Boy Culture – **

Posted: April 15, 2012 in 2006, Dramedy, LGBT themed, romcom, USA, XX

The trailer isn’t promising, but as it was a 99 cent rental on iTunes, I decided to at least start looking at it. Well, surprise surprise, I really liked this one. It had my attention for the 80 minutes it lasted, even though I didn’t care for the end that much.

One of the reason that it kept my attention was the fact that it was narrated directly to me (as the viewer). It’s one thing to have a voice over, it’s better to have the narrator talk to you like you’re listening to a private tale (with images), interacting with what you may think or feel while listening and watching. I’ve seen movies where that tactic doesn’t work at all, but here, it was perfect. During the narration you see flash backs in which the narrator does all the voices. Which makes total sense. That’s how you tell a story! You imitate the voices of the people who you are talking about.

The narrator is a male escort, called X in the movie, who is totally ok being a prostitute. It’s not like someone or something pushed him into the oldest profession of the world, even though some traumatic (though very common) experience in his youth made him believe having sex for money is just less of a trouble than falling in love with someone who may just dump you the next day. I like people who think like that. Put the ration before the heart. Of course, that’s an ideal situation, as we all know that in reality the heart does take over some times. Such is the case in this movie too.

Derek Magyar, who plays X, does a good job. He’s great at pretending to be emotionless. You can actually see him pretend, which makes the character sympathetic. It could also be bad acting, but I didn’t see it that way. I personally liked his character a lot, a prostitute with a certain moral!  Is what he does worse than what the majority of the (gay) people do in the weekends? Spending hundreds on dollars on expensive jeans, exclusive perfume, high-end drinks, long taxi rides only to have sex with a guy once and then start all over again the next weekend. Yeah. I recently had a conversation with a (female) friend who said she never pays for drinks when she goes out and makes sure the date will pay for her dinner if he wants to end up in her bed. “So, you’re a prostitute”, I replied. End of the friendship.

But this movie isn’t so much about prostitution as much as it is about confusion. X is perfectly okay being an escort. He’s just afraid that a partner would disapprove of his job. He’s too afraid to getting really hurt, so he focuses on his job and avoids having sex with other people than his clients. One of them is Gregory, who only pays him to open up emotionally. Those reverse shrink moments make the most interesting plot line. The other plot line is less interesting because it isn’t scripted and acted well. It focuses on X’s relationship with his roommate Andrew, who clearly is boyfriend potential and who has shown interest in him as well but who doesn’t want to be in a relationship with a hooker.

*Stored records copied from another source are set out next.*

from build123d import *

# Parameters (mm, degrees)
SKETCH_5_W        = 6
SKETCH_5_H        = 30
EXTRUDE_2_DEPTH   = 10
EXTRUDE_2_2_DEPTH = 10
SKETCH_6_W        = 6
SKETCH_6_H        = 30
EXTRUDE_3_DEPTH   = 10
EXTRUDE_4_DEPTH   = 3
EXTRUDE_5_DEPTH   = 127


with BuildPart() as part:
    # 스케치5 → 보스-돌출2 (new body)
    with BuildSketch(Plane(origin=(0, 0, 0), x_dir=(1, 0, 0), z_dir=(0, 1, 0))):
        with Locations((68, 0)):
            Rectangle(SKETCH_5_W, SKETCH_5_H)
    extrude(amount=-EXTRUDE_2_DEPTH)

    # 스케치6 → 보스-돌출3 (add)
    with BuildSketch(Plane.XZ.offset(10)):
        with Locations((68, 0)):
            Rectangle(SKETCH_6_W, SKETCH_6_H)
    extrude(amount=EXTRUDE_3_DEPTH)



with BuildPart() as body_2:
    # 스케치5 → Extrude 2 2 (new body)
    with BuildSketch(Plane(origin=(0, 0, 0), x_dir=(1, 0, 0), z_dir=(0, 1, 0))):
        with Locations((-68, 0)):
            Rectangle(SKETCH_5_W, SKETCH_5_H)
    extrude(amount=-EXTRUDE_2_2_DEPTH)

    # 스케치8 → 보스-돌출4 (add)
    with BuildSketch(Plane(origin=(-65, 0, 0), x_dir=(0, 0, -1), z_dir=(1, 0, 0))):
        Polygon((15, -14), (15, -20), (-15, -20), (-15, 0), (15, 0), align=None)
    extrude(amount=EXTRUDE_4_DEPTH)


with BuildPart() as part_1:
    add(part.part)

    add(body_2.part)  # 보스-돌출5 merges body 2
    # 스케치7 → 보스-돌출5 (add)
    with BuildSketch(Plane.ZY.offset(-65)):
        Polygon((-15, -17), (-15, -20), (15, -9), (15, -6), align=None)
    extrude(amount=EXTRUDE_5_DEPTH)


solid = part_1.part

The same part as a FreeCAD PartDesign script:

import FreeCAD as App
import Part
import Sketcher


def add_polygon(sketch, points):
    """Adds a closed chain of lines whose ends are joined by coincident constraints."""
    first, n = sketch.GeometryCount, len(points)
    for a, b in zip(points, points[1:] + points[:1]):
        sketch.addGeometry(Part.LineSegment(App.Vector(*a, 0), App.Vector(*b, 0)), False)
    for i in range(n):
        sketch.addConstraint(Sketcher.Constraint("Coincident", first + i, 2, first + (i + 1) % n, 1))

doc = App.newDocument("Part")
body = doc.addObject("PartDesign::Body", "Body")

# Sketch on XZ plane
sketch1 = doc.addObject("Sketcher::SketchObject", "Sketch")
body.addObject(sketch1)
sketch1.AttachmentSupport = (doc.XZ_Plane, [""])
sketch1.MapMode = "FlatFace"
add_polygon(sketch1, [(65, -15), (65, 15), (71, 15), (71, -15)])  # lines 0-3
sketch1.addConstraint([
    Sketcher.Constraint("Vertical", 0),
    Sketcher.Constraint("Horizontal", 1),
    Sketcher.Constraint("Vertical", 2),
    Sketcher.Constraint("Horizontal", 3),
    Sketcher.Constraint("DistanceX", 1, 1, 1, 2, 6.0),
    Sketcher.Constraint("DistanceY", 0, 1, 0, 2, 30.0),
    Sketcher.Constraint("DistanceX", -1, 1, 0, 2, 65.0),
    Sketcher.Constraint("DistanceY", -1, 1, 0, 2, 15.0),
])
pad1 = doc.addObject("PartDesign::Pad", "Pad")
body.addObject(pad1)
pad1.Profile = sketch1
pad1.Length = 10

# Sketch on XZ plane
sketch2 = doc.addObject("Sketcher::SketchObject", "Sketch001")
body.addObject(sketch2)
sketch2.AttachmentSupport = (doc.XZ_Plane, [""])
sketch2.MapMode = "FlatFace"
sketch2.AttachmentOffset = App.Placement(App.Vector(0, 0, 10), App.Rotation())
add_polygon(sketch2, [(65, 15), (65, -15), (71, -15), (71, 15)])  # lines 0-3
sketch2.addConstraint([
    Sketcher.Constraint("Vertical", 0),
    Sketcher.Constraint("Horizontal", 1),
    Sketcher.Constraint("Vertical", 2),
    Sketcher.Constraint("Horizontal", 3),
    Sketcher.Constraint("DistanceX", 1, 1, 1, 2, 6.0),
    Sketcher.Constraint("DistanceY", 0, 2, 0, 1, 30.0),
    Sketcher.Constraint("DistanceX", -1, 1, 0, 2, 65.0),
    Sketcher.Constraint("DistanceY", 0, 2, -1, 1, 15.0),
])
pad2 = doc.addObject("PartDesign::Pad", "Pad001")
body.addObject(pad2)
pad2.Profile = sketch2
pad2.Length = 10
body2 = doc.addObject("PartDesign::Body", "Body001")

# Sketch on XZ plane
sketch3 = doc.addObject("Sketcher::SketchObject", "Sketch002")
body2.addObject(sketch3)
sketch3.AttachmentSupport = (doc.getObject("XZ_Plane001"), [""])
sketch3.MapMode = "FlatFace"
add_polygon(sketch3, [(-71, -15), (-71, 15), (-65, 15), (-65, -15)])  # lines 0-3
sketch3.addConstraint([
    Sketcher.Constraint("Vertical", 0),
    Sketcher.Constraint("Horizontal", 1),
    Sketcher.Constraint("Vertical", 2),
    Sketcher.Constraint("Horizontal", 3),
    Sketcher.Constraint("DistanceX", 1, 1, 1, 2, 6.0),
    Sketcher.Constraint("DistanceY", 0, 1, 0, 2, 30.0),
    Sketcher.Constraint("DistanceX", 0, 2, -1, 1, 71.0),
    Sketcher.Constraint("DistanceY", -1, 1, 0, 2, 15.0),
])
pad3 = doc.addObject("PartDesign::Pad", "Pad002")
body2.addObject(pad3)
pad3.Profile = sketch3
pad3.Length = 10

# Sketch on YZ plane
sketch4 = doc.addObject("Sketcher::SketchObject", "Sketch003")
body2.addObject(sketch4)
sketch4.AttachmentSupport = (doc.getObject("YZ_Plane001"), [""])
sketch4.MapMode = "FlatFace"
sketch4.AttachmentOffset = App.Placement(App.Vector(0, 0, -65), App.Rotation())
add_polygon(sketch4, [(-20, -15), (0, -15), (0, 15), (-20, 15)])  # lines 0-3
sketch4.addConstraint([
    Sketcher.Constraint("Horizontal", 0),
    Sketcher.Constraint("Vertical", 1),
    Sketcher.Constraint("Horizontal", 2),
    Sketcher.Constraint("Vertical", 3),
    Sketcher.Constraint("Symmetric", 0, 2, 1, 2, -1, 1),
    Sketcher.Constraint("DistanceX", 0, 1, 0, 2, 20.0),
    Sketcher.Constraint("DistanceY", 1, 1, 1, 2, 30.0),
])
pad4 = doc.addObject("PartDesign::Pad", "Pad003")
body2.addObject(pad4)
pad4.Profile = sketch4
pad4.Length = 3
body.AllowCompound = True
doc.recompute()

boolean = doc.addObject("PartDesign::Boolean", "Boolean")
body.addObject(boolean)
boolean.Type = "Fuse"
boolean.addObjects([body2])

# Sketch on YZ plane
sketch5 = doc.addObject("Sketcher::SketchObject", "Sketch004")
body.addObject(sketch5)
sketch5.AttachmentSupport = (doc.YZ_Plane, [""])
sketch5.MapMode = "FlatFace"
sketch5.AttachmentOffset = App.Placement(App.Vector(0, 0, 65), App.Rotation())
add_polygon(sketch5, [(-17, -15), (-20, -15), (-9, 15), (-6, 15)])  # lines 0-3
sketch5.addConstraint([
    Sketcher.Constraint("Horizontal", 0),
    Sketcher.Constraint("Horizontal", 2),
    Sketcher.Constraint("Parallel", 1, 3),
    Sketcher.Constraint("DistanceX", 0, 2, 0, 1, 3.0),
    Sketcher.Constraint("DistanceX", 0, 2, -1, 1, 20.0),
    Sketcher.Constraint("DistanceY", 0, 2, -1, 1, 15.0),
    Sketcher.Constraint("DistanceX", 1, 2, -1, 1, 9.0),
    Sketcher.Constraint("DistanceY", -1, 1, 1, 2, 15.0),
])
pad5 = doc.addObject("PartDesign::Pad", "Pad004")
body.addObject(pad5)
pad5.Profile = sketch5
pad5.Length = 127
pad5.Reversed = True

doc.recompute()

Okay, that sounds very cheesy and boring. But I’ve seen enough heavy drama on the screen lately. So this was a welcome change. I actually wasn’t annoyed at all by the portrayal of gay people in this feature movie. There is of course a stereotypical flamboyant character, but he’s only in the story to counter balance the quieter protagonist. It’s the other roommate,  a runaway kid who starts exploring the gay scene, being the easy slut that a lot of gay people seem to have been at one time in their life. But as an antagonist the portrayal worked. And he wasn’t too camp. There’s a lot of right-on remarks about the difficult (sad?) life of single gays in a big city.

Just too bad that the soundtrack of the movie is terrible. X had my sympathy until he goes on a road trip and puts on an incredibly bad gay disco house track and then actually explains why he likes it. From there the movie went downhill sliding in unbelievable scenes and a predictable ending. It still had my attention until the end, but it faded.